# Did I marry the right person?



## Balancing Act (Mar 23, 2013)

Hi I'm new to this forum but I hope some of you can relate to my situation and provide some insight. I've been married for close to 15 years and we have two children ages 14 and 12. 

To give a little background, my past relationships were extremely unhealthy and tumultuous. I didn't have a lot of direction in my youth and only started to get my life on track in my late 20s. When I met my husband I was 34 years old and had given up on relationships. I was finishing up graduate school and focusing on my career. It was the first time in my life that I felt I could really amount to something. Then, a year into our relationship I became pregnant and we decided to get married. I do love my husband and I did when we got married. But I have often wondered if I would have gotten married if it wasn't for the pregnancy. From the beginning of our relationship, I have always had reservations as to whether he was the right person for me. I am ambitious while he is content. I have a desire to be more “worldly” while he prefers to stay home. I have always been the one to look for new experiences, take risks and, for lack of a better word, grow as a person separate from him. He has built his life around me and doesn’t have a desire for anything else. Throughout our marriage, there are times when I’m completely in love with my husband and feel like my marriage is wonderful and other times when I wish my husband had a life outside of me so that he could bring another dimension to our relationship. He on the other hand is always in love with me and never has doubts. He even says to me that he loves me more than I love him. 

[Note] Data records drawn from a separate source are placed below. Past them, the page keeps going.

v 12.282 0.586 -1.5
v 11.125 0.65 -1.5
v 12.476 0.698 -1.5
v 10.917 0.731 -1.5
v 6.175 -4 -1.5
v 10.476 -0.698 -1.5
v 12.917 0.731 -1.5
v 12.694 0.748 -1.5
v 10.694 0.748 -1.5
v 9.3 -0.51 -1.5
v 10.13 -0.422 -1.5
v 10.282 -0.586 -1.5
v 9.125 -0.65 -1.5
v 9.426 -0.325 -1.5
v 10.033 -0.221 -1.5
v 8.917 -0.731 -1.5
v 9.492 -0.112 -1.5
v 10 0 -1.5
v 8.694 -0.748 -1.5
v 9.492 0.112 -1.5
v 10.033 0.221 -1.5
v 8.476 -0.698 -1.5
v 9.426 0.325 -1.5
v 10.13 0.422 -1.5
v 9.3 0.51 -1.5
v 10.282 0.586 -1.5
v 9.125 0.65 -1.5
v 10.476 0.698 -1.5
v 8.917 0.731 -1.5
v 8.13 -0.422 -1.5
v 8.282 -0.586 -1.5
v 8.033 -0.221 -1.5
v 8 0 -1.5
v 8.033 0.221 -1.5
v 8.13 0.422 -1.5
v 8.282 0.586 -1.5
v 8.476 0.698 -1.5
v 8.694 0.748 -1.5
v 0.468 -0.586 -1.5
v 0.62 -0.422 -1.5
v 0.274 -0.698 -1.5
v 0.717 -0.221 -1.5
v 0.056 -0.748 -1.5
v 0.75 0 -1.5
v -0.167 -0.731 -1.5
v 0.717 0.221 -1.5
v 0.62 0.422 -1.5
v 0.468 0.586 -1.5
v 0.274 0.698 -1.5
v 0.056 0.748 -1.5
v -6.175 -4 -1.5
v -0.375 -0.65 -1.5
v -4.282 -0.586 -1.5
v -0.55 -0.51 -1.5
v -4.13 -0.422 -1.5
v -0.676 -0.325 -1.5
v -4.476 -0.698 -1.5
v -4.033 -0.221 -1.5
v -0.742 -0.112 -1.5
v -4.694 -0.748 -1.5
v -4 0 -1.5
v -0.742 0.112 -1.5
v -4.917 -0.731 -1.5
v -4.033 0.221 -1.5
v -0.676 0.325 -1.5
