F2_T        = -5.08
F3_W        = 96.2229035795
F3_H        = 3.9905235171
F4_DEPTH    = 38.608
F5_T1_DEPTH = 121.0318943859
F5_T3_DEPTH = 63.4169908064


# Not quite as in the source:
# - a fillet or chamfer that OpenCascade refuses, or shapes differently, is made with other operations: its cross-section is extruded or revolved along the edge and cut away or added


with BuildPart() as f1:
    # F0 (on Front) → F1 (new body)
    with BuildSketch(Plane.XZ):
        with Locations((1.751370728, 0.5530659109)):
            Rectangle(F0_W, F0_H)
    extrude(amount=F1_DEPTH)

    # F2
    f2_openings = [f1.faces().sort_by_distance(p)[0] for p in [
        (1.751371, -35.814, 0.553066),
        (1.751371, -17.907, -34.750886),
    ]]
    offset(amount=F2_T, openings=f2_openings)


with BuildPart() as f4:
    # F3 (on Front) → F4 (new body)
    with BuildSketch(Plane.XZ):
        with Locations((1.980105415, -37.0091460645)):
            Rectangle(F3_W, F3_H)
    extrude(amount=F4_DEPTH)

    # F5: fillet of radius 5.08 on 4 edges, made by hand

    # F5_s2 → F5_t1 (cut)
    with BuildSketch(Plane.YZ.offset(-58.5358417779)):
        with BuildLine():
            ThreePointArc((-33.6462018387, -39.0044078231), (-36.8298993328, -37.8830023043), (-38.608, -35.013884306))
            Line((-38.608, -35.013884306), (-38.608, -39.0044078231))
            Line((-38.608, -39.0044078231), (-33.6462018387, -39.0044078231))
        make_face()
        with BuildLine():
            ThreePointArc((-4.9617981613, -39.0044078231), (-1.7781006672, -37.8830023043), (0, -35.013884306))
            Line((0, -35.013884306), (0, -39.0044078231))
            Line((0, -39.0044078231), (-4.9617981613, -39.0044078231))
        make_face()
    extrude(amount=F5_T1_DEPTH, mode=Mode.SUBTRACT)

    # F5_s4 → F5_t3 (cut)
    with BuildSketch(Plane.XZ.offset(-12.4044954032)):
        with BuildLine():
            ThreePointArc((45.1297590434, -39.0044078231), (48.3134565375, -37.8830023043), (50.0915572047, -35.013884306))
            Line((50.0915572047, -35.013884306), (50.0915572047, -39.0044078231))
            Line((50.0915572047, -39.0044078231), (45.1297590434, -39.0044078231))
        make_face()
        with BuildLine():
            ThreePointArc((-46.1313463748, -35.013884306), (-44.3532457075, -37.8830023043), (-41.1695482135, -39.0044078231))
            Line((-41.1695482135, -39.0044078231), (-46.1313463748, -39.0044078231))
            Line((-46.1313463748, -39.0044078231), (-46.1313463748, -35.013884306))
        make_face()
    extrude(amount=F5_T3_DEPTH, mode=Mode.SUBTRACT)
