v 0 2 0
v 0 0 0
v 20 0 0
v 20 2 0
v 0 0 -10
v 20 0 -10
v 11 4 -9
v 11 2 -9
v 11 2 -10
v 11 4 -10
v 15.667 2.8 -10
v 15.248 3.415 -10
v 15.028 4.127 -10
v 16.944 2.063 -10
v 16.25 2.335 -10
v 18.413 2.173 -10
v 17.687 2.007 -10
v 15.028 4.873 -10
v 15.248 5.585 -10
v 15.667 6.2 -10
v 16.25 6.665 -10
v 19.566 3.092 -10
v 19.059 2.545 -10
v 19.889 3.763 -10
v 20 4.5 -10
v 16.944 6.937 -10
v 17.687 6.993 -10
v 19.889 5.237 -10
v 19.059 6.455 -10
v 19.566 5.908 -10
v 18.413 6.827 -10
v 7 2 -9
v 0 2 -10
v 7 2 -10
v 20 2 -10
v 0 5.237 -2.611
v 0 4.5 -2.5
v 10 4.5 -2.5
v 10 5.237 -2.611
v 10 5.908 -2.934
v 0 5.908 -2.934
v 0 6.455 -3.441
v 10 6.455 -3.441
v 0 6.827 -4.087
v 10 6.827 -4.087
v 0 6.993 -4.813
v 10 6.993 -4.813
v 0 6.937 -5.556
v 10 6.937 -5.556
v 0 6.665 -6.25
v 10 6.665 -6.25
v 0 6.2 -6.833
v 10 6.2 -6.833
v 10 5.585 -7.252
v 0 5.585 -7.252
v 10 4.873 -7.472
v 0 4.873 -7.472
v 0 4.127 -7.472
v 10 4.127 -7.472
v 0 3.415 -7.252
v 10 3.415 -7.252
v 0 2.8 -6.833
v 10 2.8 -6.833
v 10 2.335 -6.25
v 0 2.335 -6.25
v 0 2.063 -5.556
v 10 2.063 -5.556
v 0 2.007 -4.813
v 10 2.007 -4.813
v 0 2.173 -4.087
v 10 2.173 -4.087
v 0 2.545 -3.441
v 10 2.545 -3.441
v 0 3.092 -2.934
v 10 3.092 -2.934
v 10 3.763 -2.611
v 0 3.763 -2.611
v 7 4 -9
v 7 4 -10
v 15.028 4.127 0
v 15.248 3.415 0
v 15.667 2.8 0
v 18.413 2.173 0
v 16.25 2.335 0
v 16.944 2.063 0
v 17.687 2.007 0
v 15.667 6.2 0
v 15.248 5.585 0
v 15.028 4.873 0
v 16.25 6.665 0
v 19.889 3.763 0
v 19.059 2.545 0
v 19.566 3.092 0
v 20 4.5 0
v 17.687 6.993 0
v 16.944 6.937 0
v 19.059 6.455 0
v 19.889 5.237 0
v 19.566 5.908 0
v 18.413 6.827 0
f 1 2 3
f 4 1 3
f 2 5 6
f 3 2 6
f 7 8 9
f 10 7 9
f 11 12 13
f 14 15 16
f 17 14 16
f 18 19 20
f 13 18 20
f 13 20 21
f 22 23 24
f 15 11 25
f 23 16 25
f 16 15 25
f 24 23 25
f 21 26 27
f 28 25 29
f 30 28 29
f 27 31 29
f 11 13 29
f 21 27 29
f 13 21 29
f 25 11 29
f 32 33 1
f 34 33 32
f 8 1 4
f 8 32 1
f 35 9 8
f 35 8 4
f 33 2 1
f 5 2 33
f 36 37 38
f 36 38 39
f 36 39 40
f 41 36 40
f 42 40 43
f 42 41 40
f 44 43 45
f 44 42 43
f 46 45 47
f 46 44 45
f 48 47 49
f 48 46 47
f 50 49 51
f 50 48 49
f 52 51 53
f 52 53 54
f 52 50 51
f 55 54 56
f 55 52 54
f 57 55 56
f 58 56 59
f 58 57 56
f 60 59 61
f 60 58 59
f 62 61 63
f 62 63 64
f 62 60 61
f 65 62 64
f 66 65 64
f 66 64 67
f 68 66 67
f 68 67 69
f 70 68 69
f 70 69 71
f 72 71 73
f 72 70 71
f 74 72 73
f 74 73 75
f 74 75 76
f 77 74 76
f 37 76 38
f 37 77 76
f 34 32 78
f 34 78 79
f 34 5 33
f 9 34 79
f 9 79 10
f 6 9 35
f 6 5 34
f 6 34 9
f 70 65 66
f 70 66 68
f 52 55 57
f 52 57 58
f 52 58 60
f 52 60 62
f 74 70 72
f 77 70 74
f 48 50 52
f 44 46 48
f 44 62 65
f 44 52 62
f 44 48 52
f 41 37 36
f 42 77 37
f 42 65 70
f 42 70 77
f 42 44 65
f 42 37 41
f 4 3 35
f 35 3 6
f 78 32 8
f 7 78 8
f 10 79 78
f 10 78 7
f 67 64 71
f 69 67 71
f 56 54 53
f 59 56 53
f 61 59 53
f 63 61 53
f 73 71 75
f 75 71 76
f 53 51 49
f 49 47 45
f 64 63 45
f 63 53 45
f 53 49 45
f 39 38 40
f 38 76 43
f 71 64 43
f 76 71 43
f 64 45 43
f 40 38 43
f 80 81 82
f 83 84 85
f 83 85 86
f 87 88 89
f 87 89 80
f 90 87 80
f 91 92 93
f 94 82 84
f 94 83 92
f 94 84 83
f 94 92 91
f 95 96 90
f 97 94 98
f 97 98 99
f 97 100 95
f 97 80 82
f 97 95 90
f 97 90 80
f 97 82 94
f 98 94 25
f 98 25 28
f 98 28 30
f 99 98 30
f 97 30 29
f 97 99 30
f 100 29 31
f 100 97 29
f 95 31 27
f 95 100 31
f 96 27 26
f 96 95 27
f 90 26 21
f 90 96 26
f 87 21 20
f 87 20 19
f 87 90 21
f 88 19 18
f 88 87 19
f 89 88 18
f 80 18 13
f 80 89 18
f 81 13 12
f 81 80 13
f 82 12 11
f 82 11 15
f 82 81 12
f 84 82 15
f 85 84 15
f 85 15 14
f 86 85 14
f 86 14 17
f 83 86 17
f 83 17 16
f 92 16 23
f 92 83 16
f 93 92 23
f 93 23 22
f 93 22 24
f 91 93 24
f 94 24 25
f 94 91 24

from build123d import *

# Parameters (mm, degrees)
SKETCH_1_W      = 20
SKETCH_1_H      = 10
EXTRUDE_1_DEPTH = 2
SKETCH_2_R      = 2.5
EXTRUDE_2_DEPTH = 10
SKETCH_3_R      = 2.5
EXTRUDE_3_DEPTH = 10
SKETCH_4_W      = 4
SKETCH_4_H      = 1
EXTRUDE_4_DEPTH = 2


with BuildPart() as part:
    # 草图1 → 凸台-拉伸1 (new body)
    with BuildSketch(Plane(origin=(0, 0, 0), x_dir=(1, 0, 0), z_dir=(0, 1, 0))):
        with Locations((10, 5)):
            Rectangle(SKETCH_1_W, SKETCH_1_H)
    extrude(amount=EXTRUDE_1_DEPTH)

    # 草图4 → 凸台-拉伸4 (add)
    with BuildSketch(Plane(origin=(0, 2, 0), x_dir=(1, 0, 0), z_dir=(0, 1, 0))):
        with Locations((9, 9.5)):
            Rectangle(SKETCH_4_W, SKETCH_4_H)
    extrude(amount=EXTRUDE_4_DEPTH)


with BuildPart() as body_2:
    # 草图2 → 凸台-拉伸2 (new body)
    with BuildSketch(Plane.XY):
        with Locations((17.5, 4.5)):
            Circle(SKETCH_2_R)
    extrude(amount=-EXTRUDE_2_DEPTH)


with BuildPart() as body_3:
    # 草图3 → 凸台-拉伸3 (new body)
    with BuildSketch(Plane.ZY):
        with Locations((-5, 4.5)):
            Circle(SKETCH_3_R)
    extrude(amount=-EXTRUDE_3_DEPTH)


solid = Compound([part.part, body_2.part, body_3.part])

We have talked and we’ve even been to counseling but I’ve never been completely honest. I usually end up blaming my hot and cold behavior to mood swings or menopause or stress. It’s not that I don’t want to be honest. It’s because I’m not 100% sure why I feel the way I do and I don’t want to hurt him by saying something I can’t take back. I should note that I am not interested in anyone else and overall my home is a happy and stable environment for my children.


----------



## Joey Joe Joe Jr. Shabadoo (Mar 22, 2013)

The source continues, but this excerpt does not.